Turn Tonight's Leftovers into Tomorrow's Lunch
Restaurant entrées seem to be getting bigger and bigger, and if you start your meal with a hearty green salad or fun appetizers you may very well end up with leftovers to take home. Instead of just repeating your dinner for lunch the next day, use a few kitchen staples and a little creativity to turn your leftovers into a fresh lunch.
Pretty much any kind of chicken — grilled, smoked, roasted, fried — is perfect for turning into chicken salad, as long as it hasn’t been slathered in a really strong sauce. Just pull or chop the meat into small pieces, and mix with mayonnaise, pickle relish or grapes, and maybe some chopped onions, celery or peppers for crunch. Season with salt and pepper, and possibly a sprinkle of curry powder. If it’s a little dry, give it a squeeze of lemon or a dash of olive oil. Eat your chicken salad in lettuce wraps, as a sandwich, or straight from the bowl.
If you find yourself with leftover fish — sautéed or fried — flake it and put it in an airtight container to use for fish tacos! Fill soft corn tortillas with the fish, shredded cabbage, and your favorite taco toppings. For a spicy sauce, mix mayonnaise with the sauce from a can of adobo peppers and a squeeze of lime. Or, to keep it simple, just use sour cream or salsa.

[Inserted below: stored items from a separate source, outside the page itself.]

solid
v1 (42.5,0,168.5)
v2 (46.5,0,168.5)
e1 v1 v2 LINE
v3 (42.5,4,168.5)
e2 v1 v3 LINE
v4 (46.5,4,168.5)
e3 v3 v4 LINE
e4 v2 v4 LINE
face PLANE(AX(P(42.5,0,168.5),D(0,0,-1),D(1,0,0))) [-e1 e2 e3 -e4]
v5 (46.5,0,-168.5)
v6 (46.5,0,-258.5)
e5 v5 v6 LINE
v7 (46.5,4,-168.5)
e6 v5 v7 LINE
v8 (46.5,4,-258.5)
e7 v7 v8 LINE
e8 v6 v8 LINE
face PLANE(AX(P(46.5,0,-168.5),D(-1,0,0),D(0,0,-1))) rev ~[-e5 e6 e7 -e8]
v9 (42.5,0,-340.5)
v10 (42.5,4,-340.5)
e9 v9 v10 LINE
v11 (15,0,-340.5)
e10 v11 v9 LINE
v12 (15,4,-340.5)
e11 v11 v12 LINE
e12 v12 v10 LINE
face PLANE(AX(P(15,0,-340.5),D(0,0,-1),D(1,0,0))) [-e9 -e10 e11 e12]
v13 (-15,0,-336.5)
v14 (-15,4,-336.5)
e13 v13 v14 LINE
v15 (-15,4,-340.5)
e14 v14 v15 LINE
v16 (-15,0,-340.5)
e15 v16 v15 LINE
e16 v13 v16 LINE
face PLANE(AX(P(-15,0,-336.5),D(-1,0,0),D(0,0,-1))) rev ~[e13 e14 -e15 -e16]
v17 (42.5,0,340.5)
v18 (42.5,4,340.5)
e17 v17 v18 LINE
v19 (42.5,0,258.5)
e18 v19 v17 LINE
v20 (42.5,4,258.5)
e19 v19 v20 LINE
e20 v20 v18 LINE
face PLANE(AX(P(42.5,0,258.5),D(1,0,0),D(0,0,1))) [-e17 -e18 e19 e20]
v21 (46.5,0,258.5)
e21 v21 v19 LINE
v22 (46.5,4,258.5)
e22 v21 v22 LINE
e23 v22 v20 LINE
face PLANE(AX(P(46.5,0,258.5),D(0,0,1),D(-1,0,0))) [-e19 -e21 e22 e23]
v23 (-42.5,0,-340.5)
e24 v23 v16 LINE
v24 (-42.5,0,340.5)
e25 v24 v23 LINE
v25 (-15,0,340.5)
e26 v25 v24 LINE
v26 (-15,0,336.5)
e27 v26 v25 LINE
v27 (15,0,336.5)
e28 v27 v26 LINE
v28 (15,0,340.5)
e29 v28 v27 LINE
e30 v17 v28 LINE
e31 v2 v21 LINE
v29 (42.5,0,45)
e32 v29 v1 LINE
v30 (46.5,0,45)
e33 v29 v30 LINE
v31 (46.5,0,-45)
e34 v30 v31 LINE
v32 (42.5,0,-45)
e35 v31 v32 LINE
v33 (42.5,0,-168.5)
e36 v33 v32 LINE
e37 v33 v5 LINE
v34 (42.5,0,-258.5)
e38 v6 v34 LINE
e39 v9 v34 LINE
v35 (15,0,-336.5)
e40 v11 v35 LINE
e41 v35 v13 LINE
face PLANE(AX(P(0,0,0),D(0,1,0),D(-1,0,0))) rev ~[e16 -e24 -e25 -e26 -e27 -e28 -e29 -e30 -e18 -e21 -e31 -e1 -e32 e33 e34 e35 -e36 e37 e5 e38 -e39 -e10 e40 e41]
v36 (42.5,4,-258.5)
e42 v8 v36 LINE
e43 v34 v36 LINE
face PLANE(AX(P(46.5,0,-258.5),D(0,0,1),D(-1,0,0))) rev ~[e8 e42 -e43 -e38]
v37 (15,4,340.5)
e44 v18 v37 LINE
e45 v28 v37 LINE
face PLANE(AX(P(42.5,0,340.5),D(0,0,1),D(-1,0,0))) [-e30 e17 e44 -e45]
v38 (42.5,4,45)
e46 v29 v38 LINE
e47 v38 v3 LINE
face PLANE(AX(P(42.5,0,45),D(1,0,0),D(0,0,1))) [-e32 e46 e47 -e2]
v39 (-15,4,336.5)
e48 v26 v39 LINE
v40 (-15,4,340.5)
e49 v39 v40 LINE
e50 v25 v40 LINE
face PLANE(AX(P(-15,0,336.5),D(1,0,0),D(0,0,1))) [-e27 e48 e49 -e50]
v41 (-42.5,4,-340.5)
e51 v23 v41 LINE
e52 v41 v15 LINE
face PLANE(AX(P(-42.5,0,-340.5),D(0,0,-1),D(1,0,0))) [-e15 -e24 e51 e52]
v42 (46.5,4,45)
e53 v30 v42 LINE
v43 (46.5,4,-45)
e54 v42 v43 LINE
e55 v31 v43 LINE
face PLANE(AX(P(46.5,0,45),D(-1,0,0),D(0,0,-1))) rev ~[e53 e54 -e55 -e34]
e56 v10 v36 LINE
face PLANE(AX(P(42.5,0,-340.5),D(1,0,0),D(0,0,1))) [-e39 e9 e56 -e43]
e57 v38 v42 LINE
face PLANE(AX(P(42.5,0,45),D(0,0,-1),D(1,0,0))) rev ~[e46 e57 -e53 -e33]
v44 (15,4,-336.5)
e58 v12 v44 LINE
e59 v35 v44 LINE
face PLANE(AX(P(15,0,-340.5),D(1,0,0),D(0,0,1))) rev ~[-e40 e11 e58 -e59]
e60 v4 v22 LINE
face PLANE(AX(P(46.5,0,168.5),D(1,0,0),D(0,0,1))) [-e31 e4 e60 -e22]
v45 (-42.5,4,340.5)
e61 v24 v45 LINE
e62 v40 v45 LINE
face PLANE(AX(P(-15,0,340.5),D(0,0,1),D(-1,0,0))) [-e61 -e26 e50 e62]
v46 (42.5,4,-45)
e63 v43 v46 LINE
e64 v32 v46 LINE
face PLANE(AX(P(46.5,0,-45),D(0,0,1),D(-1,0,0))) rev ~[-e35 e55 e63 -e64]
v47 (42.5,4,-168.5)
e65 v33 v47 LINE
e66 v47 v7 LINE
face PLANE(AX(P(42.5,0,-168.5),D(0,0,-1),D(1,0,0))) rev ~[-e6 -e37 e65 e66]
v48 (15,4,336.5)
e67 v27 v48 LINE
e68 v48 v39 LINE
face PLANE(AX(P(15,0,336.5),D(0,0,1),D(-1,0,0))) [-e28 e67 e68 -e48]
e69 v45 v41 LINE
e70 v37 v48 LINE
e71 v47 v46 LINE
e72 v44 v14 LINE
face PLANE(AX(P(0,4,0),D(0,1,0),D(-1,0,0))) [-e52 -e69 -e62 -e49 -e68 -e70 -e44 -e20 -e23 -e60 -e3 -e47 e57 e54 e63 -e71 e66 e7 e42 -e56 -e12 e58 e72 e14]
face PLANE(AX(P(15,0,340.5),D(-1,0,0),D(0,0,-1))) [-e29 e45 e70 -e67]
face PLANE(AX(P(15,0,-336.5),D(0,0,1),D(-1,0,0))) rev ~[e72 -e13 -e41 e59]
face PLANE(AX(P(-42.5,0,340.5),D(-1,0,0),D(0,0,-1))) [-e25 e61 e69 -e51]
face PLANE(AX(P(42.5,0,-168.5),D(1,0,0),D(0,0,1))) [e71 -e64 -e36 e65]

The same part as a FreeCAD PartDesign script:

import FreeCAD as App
import Part
import Sketcher


def add_polygon(sketch, points):
    """Adds a closed chain of lines whose ends are joined by coincident constraints."""
    first, n = sketch.GeometryCount, len(points)
    for a, b in zip(points, points[1:] + points[:1]):
        sketch.addGeometry(Part.LineSegment(App.Vector(*a, 0), App.Vector(*b, 0)), False)
    for i in range(n):
        sketch.addConstraint(Sketcher.Constraint("Coincident", first + i, 2, first + (i + 1) % n, 1))

doc = App.newDocument("Part")
body = doc.addObject("PartDesign::Body", "Body")

# Sketch on XZ plane
sketch1 = body.newObject("Sketcher::SketchObject", "Sketch")
sketch1.AttachmentSupport = (doc.getObject("XZ_Plane"), [""])
sketch1.MapMode = "FlatFace"
add_polygon(sketch1, [(15, 340.5), (42.5, 340.5), (42.5, 258.5), (46.5, 258.5), (46.5, 168.5), (42.5, 168.5), (42.5, 45), (46.5, 45), (46.5, -45), (42.5, -45), (42.5, -168.5), (46.5, -168.5), (46.5, -258.5), (42.5, -258.5), (42.5, -340.5), (15, -340.5), (15, -336.5), (-15, -336.5), (-15, -340.5), (-42.5, -340.5), (-42.5, 340.5), (-15, 340.5), (-15, 336.5), (15, 336.5)])  # lines 0-23
sketch1.addConstraint(Sketcher.Constraint("Horizontal", 0))
sketch1.addConstraint(Sketcher.Constraint("Vertical", 1))
sketch1.addConstraint(Sketcher.Constraint("Horizontal", 2))
sketch1.addConstraint(Sketcher.Constraint("Vertical", 3))
sketch1.addConstraint(Sketcher.Constraint("Horizontal", 4))
sketch1.addConstraint(Sketcher.Constraint("Vertical", 5))
sketch1.addConstraint(Sketcher.Constraint("Horizontal", 6))
sketch1.addConstraint(Sketcher.Constraint("Vertical", 7))
sketch1.addConstraint(Sketcher.Constraint("Horizontal", 8))
sketch1.addConstraint(Sketcher.Constraint("Vertical", 9))
sketch1.addConstraint(Sketcher.Constraint("Horizontal", 10))
sketch1.addConstraint(Sketcher.Constraint("Vertical", 11))
sketch1.addConstraint(Sketcher.Constraint("Horizontal", 12))
sketch1.addConstraint(Sketcher.Constraint("Vertical", 13))
sketch1.addConstraint(Sketcher.Constraint("Horizontal", 14))
sketch1.addConstraint(Sketcher.Constraint("Vertical", 15))
sketch1.addConstraint(Sketcher.Constraint("Horizontal", 16))
sketch1.addConstraint(Sketcher.Constraint("Vertical", 17))
sketch1.addConstraint(Sketcher.Constraint("Horizontal", 18))
sketch1.addConstraint(Sketcher.Constraint("Vertical", 19))
sketch1.addConstraint(Sketcher.Constraint("Horizontal", 20))
sketch1.addConstraint(Sketcher.Constraint("Vertical", 21))
sketch1.addConstraint(Sketcher.Constraint("Horizontal", 22))
sketch1.addConstraint(Sketcher.Constraint("Vertical", 23))
sketch1.addConstraint(Sketcher.Constraint("Symmetric", 0, 2, 18, 2, -1, 1))
sketch1.addConstraint(Sketcher.Constraint("Symmetric", 13, 2, 19, 2, -1, 1))
sketch1.addConstraint(Sketcher.Constraint("Symmetric", 15, 2, 21, 2, -1, 1))
sketch1.addConstraint(Sketcher.Constraint("Symmetric", 14, 2, 17, 2, -2))
sketch1.addConstraint(Sketcher.Constraint("Symmetric", 5, 2, 8, 2, -1))
sketch1.addConstraint(Sketcher.Constraint("Symmetric", 3, 2, 10, 2, -1))
sketch1.addConstraint(Sketcher.Constraint("Vertical", 1, 2, 4, 2))
sketch1.addConstraint(Sketcher.Constraint("Vertical", 3, 2, 6, 2))
sketch1.addConstraint(Sketcher.Constraint("Vertical", 15, 2, 22, 2))
sketch1.addConstraint(Sketcher.Constraint("Equal", 3, 7))
sketch1.addConstraint(Sketcher.Constraint("Equal", 7, 11))
sketch1.addConstraint(Sketcher.Constraint("Equal", 12, 15))
sketch1.addConstraint(Sketcher.Constraint("DistanceX", 2, 1, 2, 2, 4.0))
sketch1.addConstraint(Sketcher.Constraint("DistanceX", 16, 2, 16, 1, 30.0))
sketch1.addConstraint(Sketcher.Constraint("DistanceY", 3, 2, 3, 1, 90.0))
sketch1.addConstraint(Sketcher.Constraint("DistanceY", 19, 1, 19, 2, 681.0))
sketch1.addConstraint(Sketcher.Constraint("DistanceY", 5, 2, 5, 1, 123.5))
sketch1.addConstraint(Sketcher.Constraint("DistanceX", 18, 2, 13, 2, 85.0))
pad1 = body.newObject("PartDesign::Pad", "Pad")
pad1.Profile = sketch1
pad1.Length = 4
pad1.Reversed = True

doc.recompute()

Leftover steak — especially if it’s medium rare to rare — is just begging to be made into a steak sandwich. Slice it thinly, then put it on a crusty baguette with horseradish mayonnaise, lettuce, and tomato. If you have access to a toaster oven, kick it up a notch and put the steak on buttered bread, topped with provolone or swiss cheese. Toast the open-face sandwich alongside the top piece of bread until the cheese is melty, then add mayonnaise, onion, and tomato.
Pork Fried Rice
If you have a leftover pork chop or pork tenderloin, chop it into small cubes for a quick-and-easy pork fried rice. Fried rice is best when made with day-old rice, so if you have some left over from Chinese takeout, half of the work is done for you! To make the fried rice, warm some oil in a large sauté pan, then add the pork and crack an egg into the pan and scramble it with the pork. Next, add frozen peas or carrots, followed by the rice. Season everything with soy sauce, salt (if needed) and pepper, and continue to stir until everything is hot. If you’re packing it for lunch, just let it cool down before you refrigerate it. If you can’t microwave your rice at work, use it as a filler for lettuce wraps.
Kitchen Sink Salad
You might think salad won’t work the next day since lettuce that sits in dressing overnight will get super soggy. But there’s a simple solution: If you’re ordering an entrée salad for dinner, ask for the dressing on the side. You can dip your bites in your dressing as you go, or put half of your salad on an appetizer plate or in a to-go container from the start. Take home the leftovers, and for your next meal check the pantry and fridge for anything that might make a great topping. Finish off whatever’s left of an onion, add the last few cashews in the can, and slice up an apple. For quick protein, add tofu or canned tuna. Dress it with a a pre-made dressing, or toss the whole thing in vinegar and oil when it’s time to eat.